Ich habs gelesen. Soll ich mehr sagen? Ich kann nicht.

"Ich bin der neue Gott." Wer wählt solche Titel?

Keine durchgängige Sruktur, eben trashig oder brainstormmäßig, so wie die Gedanken einem kommen, wird schon passen. Genauso scheibe ich auch. Immerhin hast du Einfälle und ein korrektes Deutsch, d.h. das Wichtigste bringst du mit. Struktur und schöne lange Sätze, die so leicht klingen wie kurze, gehören nun mal zum Handwerk. Du wirst es bald beherrschen. Aber noch gilt: Wir Anfänger haben es eben schwer.

Liebe Grüße

S

 

Trotz kleiner Schwächen: ein echt interessanter Text! Ein paar kleine Schiefheiten kann man noch checken, aber der ad-hoc-Innen-Dialog gefiel mir ausgesprochen gut!

Lob von Flic

 

Hi schriftbild, hi fliflac,

danke für eure Kritik und die Rückmeldungen zu meinem Text.
@Schriftbild: Also, ich verstehe was du kritisierst, aber um ehrlich zu sein, mag ich keine langen und schönen Sätze, lieber kurze und präzise. Und du hast recht, die Basis für die meisten meiner Text ist Brainstorming und Trash *g*, aber könntest du es mir genauer erleutern mit der Struktur? Aber eine Struktur ohne schöne, lange Sätze.
@Flic: Ich würde mich freuen, wenn du mir die Schiefheiten in meinem Text zeigst. Danke.

LG,
delena

 

Hallo delena,

es gibt gute Sätze und Gedanken in deiner Geschichte, wie diesen hier zum Beispiel.

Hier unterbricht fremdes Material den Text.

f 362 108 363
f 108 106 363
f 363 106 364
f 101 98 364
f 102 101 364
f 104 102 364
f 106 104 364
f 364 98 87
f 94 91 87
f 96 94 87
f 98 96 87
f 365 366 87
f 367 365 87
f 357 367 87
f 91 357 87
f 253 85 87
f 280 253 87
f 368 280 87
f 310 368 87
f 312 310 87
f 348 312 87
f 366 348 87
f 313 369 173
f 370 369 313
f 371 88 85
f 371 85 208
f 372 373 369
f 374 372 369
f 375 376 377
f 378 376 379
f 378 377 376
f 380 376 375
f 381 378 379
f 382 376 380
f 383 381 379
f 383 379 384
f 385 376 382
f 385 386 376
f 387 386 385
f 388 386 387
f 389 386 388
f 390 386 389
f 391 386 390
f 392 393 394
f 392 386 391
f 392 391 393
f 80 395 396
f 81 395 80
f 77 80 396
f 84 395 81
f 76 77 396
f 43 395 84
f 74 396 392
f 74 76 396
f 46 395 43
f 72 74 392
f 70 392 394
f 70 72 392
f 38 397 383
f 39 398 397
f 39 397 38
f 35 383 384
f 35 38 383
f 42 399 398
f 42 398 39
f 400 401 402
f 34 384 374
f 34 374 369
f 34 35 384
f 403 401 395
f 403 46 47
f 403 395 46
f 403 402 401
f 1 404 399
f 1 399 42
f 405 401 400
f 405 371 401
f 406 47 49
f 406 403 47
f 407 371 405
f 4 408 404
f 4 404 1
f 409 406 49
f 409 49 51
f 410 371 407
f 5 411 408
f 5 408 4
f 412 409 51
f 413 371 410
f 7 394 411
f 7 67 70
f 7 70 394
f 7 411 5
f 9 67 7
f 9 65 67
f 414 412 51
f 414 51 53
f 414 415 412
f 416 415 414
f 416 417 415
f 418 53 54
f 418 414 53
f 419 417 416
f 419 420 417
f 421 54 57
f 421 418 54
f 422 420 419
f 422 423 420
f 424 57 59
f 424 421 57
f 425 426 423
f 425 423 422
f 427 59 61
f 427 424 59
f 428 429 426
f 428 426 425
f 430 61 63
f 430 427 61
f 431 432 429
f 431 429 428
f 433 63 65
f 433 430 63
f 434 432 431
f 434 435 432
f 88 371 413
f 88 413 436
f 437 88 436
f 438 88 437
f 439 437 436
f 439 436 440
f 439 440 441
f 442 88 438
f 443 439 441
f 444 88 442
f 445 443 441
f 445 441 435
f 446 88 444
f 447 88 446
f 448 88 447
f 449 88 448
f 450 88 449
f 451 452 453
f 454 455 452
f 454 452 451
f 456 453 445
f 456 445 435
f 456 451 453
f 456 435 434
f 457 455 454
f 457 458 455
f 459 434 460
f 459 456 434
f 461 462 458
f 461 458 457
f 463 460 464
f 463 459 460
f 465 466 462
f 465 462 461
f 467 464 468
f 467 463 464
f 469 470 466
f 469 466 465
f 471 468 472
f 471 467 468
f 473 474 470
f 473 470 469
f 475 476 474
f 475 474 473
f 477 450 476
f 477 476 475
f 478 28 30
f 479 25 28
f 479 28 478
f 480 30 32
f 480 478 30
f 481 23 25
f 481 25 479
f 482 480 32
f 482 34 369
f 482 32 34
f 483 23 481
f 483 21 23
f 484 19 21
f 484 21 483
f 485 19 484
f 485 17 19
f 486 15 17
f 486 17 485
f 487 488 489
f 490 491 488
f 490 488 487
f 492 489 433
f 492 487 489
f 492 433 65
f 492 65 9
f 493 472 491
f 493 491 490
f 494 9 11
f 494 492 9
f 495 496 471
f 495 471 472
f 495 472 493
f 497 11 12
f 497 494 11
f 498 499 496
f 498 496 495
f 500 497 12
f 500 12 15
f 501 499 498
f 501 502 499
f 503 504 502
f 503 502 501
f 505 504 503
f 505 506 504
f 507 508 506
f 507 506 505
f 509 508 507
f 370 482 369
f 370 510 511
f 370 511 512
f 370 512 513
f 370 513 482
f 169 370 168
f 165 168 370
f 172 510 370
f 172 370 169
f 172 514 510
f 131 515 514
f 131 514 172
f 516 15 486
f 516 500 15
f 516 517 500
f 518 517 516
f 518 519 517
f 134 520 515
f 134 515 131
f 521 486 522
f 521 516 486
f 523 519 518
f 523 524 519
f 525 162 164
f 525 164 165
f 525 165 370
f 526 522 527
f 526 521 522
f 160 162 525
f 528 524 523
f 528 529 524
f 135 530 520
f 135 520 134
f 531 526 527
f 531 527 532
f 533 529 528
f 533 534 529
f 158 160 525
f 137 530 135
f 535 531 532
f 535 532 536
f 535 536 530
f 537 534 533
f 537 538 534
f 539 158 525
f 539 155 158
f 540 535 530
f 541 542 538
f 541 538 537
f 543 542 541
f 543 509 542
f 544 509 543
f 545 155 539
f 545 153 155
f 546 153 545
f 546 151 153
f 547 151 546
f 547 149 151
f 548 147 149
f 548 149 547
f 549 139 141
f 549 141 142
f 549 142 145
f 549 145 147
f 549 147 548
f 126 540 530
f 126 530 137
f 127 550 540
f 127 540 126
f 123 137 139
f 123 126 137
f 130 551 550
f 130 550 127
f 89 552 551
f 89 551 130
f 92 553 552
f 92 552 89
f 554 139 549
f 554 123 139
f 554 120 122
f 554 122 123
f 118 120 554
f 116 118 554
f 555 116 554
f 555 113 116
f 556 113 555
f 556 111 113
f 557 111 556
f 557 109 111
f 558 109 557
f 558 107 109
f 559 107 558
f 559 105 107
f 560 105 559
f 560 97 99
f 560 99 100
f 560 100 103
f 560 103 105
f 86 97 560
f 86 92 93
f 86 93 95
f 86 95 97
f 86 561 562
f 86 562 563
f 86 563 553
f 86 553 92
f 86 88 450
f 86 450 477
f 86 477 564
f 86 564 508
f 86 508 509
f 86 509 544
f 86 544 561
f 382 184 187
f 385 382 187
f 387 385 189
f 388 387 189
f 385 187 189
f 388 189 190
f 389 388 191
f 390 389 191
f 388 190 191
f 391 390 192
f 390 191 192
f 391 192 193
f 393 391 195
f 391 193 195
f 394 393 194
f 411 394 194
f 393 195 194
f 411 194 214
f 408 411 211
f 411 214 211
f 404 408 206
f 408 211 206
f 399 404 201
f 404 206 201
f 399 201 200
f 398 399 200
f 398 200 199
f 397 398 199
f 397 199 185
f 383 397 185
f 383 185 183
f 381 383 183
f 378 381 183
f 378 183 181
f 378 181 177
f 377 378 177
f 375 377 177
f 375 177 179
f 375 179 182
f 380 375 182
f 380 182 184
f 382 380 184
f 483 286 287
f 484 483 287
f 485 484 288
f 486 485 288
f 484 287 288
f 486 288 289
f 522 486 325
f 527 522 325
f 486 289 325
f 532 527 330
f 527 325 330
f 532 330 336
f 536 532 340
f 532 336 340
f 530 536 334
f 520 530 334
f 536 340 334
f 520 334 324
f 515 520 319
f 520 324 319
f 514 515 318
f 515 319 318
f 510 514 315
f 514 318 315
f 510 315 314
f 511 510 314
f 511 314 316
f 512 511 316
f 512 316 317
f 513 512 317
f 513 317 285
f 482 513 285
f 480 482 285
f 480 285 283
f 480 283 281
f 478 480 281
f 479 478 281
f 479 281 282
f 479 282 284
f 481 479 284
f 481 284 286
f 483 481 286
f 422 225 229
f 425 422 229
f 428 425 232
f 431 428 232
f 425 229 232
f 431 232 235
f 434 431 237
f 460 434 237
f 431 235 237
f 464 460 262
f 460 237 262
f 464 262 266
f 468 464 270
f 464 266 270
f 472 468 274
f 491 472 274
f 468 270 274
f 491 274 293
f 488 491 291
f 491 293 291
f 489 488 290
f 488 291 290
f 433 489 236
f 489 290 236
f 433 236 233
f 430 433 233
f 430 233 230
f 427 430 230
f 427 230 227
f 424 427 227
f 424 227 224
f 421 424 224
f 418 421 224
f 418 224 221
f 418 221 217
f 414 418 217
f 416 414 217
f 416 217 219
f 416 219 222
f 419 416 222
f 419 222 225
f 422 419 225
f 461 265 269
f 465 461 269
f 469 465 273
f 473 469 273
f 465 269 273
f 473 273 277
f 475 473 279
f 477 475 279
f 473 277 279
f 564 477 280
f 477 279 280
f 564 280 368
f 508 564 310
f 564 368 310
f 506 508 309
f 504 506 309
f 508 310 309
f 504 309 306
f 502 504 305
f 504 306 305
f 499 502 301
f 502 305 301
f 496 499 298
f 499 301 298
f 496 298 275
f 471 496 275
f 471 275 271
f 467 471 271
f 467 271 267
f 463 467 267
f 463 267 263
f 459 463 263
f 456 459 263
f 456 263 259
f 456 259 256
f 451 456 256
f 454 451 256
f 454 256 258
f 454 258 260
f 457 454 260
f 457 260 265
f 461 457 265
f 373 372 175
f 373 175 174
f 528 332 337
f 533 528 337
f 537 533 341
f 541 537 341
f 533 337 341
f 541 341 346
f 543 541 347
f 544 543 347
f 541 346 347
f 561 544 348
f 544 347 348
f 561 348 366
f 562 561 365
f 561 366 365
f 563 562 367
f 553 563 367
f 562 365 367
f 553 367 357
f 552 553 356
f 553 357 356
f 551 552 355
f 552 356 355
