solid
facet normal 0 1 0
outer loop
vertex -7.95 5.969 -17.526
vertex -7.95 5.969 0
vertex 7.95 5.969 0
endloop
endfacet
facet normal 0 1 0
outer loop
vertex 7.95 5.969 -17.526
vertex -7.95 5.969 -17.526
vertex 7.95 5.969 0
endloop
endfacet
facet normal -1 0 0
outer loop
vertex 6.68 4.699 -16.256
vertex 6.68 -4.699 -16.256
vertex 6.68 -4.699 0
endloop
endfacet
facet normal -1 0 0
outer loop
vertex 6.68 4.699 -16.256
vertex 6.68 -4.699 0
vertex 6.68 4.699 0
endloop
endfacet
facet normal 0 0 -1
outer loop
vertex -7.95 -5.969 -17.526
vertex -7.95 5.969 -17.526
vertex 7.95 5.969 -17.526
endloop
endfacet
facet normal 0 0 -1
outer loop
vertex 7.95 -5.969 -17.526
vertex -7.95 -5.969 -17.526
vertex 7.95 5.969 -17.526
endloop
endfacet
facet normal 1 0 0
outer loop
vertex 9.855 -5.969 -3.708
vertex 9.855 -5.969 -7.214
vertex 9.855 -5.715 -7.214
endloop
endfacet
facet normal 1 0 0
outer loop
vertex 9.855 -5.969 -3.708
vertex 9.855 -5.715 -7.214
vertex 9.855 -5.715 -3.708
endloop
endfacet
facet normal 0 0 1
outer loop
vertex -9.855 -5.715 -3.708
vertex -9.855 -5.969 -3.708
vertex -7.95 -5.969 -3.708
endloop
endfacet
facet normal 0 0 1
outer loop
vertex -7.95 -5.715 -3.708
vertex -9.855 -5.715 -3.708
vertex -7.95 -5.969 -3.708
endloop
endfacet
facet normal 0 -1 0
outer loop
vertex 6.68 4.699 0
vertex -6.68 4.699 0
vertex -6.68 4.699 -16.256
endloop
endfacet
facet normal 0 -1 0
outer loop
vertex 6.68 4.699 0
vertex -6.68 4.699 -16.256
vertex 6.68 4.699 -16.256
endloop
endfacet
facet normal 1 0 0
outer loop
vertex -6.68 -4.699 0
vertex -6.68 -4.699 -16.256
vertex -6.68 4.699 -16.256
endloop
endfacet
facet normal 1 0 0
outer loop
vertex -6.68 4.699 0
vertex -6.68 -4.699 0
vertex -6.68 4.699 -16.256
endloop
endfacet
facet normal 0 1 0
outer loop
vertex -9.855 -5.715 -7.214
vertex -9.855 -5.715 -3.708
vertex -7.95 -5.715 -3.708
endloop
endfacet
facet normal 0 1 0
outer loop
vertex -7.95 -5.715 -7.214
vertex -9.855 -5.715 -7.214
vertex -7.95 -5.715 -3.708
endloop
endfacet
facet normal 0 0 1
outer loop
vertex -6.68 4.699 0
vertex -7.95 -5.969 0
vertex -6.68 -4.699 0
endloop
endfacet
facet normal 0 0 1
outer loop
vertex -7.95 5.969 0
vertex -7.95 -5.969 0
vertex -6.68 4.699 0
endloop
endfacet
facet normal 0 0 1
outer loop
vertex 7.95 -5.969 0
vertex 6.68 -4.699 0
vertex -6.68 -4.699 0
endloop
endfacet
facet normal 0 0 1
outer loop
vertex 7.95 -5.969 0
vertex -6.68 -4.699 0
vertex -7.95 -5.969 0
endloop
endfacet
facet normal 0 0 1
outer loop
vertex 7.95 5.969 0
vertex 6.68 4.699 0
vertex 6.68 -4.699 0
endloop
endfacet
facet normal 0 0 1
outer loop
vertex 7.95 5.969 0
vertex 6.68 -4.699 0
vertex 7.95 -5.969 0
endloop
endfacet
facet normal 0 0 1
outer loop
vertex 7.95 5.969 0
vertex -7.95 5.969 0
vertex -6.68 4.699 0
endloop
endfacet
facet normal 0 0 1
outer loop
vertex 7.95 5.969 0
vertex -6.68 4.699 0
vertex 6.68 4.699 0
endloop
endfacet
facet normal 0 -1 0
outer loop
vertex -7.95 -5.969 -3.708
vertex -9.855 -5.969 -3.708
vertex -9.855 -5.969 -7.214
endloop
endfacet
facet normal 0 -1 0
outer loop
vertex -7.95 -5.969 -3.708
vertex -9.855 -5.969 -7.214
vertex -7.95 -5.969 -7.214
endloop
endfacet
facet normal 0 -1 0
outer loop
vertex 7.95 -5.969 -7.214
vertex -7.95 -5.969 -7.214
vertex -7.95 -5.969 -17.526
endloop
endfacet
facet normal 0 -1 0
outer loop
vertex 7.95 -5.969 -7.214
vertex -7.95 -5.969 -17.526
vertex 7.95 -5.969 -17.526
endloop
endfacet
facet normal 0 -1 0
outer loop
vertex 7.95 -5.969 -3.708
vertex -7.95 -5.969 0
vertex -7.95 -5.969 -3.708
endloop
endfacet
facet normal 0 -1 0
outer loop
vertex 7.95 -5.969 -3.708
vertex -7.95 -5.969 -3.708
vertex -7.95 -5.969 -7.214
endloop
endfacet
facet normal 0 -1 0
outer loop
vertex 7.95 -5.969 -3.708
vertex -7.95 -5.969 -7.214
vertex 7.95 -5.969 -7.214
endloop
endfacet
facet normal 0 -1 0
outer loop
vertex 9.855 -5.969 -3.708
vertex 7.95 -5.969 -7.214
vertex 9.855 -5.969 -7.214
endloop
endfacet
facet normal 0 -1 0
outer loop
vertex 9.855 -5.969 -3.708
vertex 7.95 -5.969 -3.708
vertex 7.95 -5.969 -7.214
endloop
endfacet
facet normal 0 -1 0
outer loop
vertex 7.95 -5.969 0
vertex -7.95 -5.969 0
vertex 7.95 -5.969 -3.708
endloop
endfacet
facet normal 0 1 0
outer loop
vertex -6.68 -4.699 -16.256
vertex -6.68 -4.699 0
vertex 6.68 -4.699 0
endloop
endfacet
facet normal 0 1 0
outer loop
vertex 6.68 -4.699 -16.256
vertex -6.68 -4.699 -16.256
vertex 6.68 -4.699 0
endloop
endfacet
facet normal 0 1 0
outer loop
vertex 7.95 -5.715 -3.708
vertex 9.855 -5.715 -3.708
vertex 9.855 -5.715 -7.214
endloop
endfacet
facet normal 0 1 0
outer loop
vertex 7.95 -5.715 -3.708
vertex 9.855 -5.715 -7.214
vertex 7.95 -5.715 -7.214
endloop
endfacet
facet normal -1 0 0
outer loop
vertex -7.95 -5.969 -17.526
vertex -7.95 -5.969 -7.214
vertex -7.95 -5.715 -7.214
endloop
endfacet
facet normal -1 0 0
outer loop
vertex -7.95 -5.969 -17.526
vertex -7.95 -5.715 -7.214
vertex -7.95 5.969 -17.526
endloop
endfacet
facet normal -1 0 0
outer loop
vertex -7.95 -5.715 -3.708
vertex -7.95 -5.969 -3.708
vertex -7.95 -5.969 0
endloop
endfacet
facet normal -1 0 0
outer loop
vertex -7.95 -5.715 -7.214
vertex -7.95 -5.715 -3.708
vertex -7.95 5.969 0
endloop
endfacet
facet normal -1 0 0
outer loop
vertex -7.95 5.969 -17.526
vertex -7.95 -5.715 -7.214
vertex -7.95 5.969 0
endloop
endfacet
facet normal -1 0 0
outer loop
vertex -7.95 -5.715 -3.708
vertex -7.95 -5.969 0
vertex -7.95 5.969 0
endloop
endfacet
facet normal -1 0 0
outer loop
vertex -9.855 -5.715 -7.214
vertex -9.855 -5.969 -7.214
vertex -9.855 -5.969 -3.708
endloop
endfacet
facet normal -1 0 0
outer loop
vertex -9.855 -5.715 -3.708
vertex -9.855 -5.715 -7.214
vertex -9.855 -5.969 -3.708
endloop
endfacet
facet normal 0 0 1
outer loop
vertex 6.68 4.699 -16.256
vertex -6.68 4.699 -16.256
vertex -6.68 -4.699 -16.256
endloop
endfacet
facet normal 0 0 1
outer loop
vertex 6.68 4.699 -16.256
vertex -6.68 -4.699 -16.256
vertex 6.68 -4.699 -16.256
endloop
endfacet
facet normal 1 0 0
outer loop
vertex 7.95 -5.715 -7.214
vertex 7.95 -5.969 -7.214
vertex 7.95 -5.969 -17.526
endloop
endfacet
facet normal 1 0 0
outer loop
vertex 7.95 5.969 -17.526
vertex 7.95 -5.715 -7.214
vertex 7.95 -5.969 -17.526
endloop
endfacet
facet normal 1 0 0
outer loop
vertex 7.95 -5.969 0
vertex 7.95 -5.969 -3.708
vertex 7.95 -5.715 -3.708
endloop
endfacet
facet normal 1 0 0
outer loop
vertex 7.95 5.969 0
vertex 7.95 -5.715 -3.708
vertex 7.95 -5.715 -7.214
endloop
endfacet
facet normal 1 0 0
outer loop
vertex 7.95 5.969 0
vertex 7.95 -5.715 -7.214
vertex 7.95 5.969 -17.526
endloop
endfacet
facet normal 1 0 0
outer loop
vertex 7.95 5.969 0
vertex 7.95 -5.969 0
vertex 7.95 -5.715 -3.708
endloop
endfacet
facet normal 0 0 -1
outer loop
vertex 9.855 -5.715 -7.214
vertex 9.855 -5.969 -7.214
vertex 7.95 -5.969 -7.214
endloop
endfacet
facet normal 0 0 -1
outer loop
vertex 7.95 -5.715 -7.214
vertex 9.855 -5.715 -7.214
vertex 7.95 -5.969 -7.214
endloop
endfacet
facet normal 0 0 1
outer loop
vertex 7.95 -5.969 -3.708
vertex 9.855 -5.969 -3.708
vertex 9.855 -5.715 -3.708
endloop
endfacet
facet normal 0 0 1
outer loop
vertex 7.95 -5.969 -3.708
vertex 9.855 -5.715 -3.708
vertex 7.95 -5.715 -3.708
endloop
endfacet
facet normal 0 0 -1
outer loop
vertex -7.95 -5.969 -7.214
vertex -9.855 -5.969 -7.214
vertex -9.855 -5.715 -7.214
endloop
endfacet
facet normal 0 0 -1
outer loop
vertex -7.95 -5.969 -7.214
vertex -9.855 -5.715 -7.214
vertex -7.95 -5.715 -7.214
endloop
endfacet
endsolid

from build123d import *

# Parameters (mm, degrees)
SKETCH1_W           = 15.9004
SKETCH1_H           = 11.938
BOSS_EXTRUDE1_DEPTH = 17.526
SHELL1_T            = -1.27
SKETCH2_W           = 1.905
SKETCH2_H           = 3.5052
BOSS_EXTRUDE2_DEPTH = 0.254


with BuildPart() as part:
    # Sketch1 → Boss-Extrude1 (new body)
    with BuildSketch(Plane.XY):
        Rectangle(SKETCH1_W, SKETCH1_H)
    extrude(amount=-BOSS_EXTRUDE1_DEPTH)

    # Shell1
    shell1_openings = [part.faces().sort_by_distance(p)[0] for p in [
        (0, 0, 0),
    ]]
    offset(amount=SHELL1_T, openings=shell1_openings, kind=Kind.INTERSECTION)

    # Sketch2 → Boss-Extrude2 (add)
    with BuildSketch(Plane.XZ.offset(5.969)):
        with Locations((-8.9027, -5.461)):
            Rectangle(SKETCH2_W, SKETCH2_H)
    boss_extrude2 = extrude(amount=-BOSS_EXTRUDE2_DEPTH)

    # Mirror1: Boss-Extrude2 across plane
    add(boss_extrude2.mirror(Plane(origin=(0, 0, 0), x_dir=(0, 0, 1), z_dir=(1, 0, 0))))


solid = part.part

Ein emotionaler Vampir, der die Gefühle und Sorgen anderer Leute in sich aufsaugt, da er keine eigenen hat.
Ich kenne einige solcher Leute, deren Glück davon abhängt, dass sie sich um die Probleme anderer kümmern können, deren Glück also das Elend anderer ist. Diese kann man gut als emotionalen Vampir bezeichnen.

Es ist gewöhnungsbedürftig, du sitzt da, deine Existenz vegetiert vor dir hin, und du hörst dir das Leben anderer an
hier müsste es allerdings deine Existensz vegetiert vor sich hin heißen, das der Bezug auf der Existenz liegt.
Was mir überhaupt nicht behagt, und was meines Erachtens auch nciht zu der Geschichte passt, sind die kurzen, unvollständigen Sätze. So wirkt mir das ganze zu abgehackt, zu gehetzt und zu wenig strukturiert. Es hätte von der Idee her eine gute Geschichte über Moderatoren täglicher Talk oder Telefon Talk Sendungen werden können, über den Voyerismus, sich am Leben anderer zu befriedigen, anstatt die eigenen Leere zu ergründen.
Leider hast du das mit diesem Stil ein bisschen verschenkt.

Trotzdem liebe Grüße, sim

 

Ich finde, es passt zur Geschichte, die kurzen unvollständigen Sätze. Als ein Telefon Talk würde es meiner Meinung nach zu banal klingen, zu einfach. Die kurzen Sätze charakterieren den Erzähler.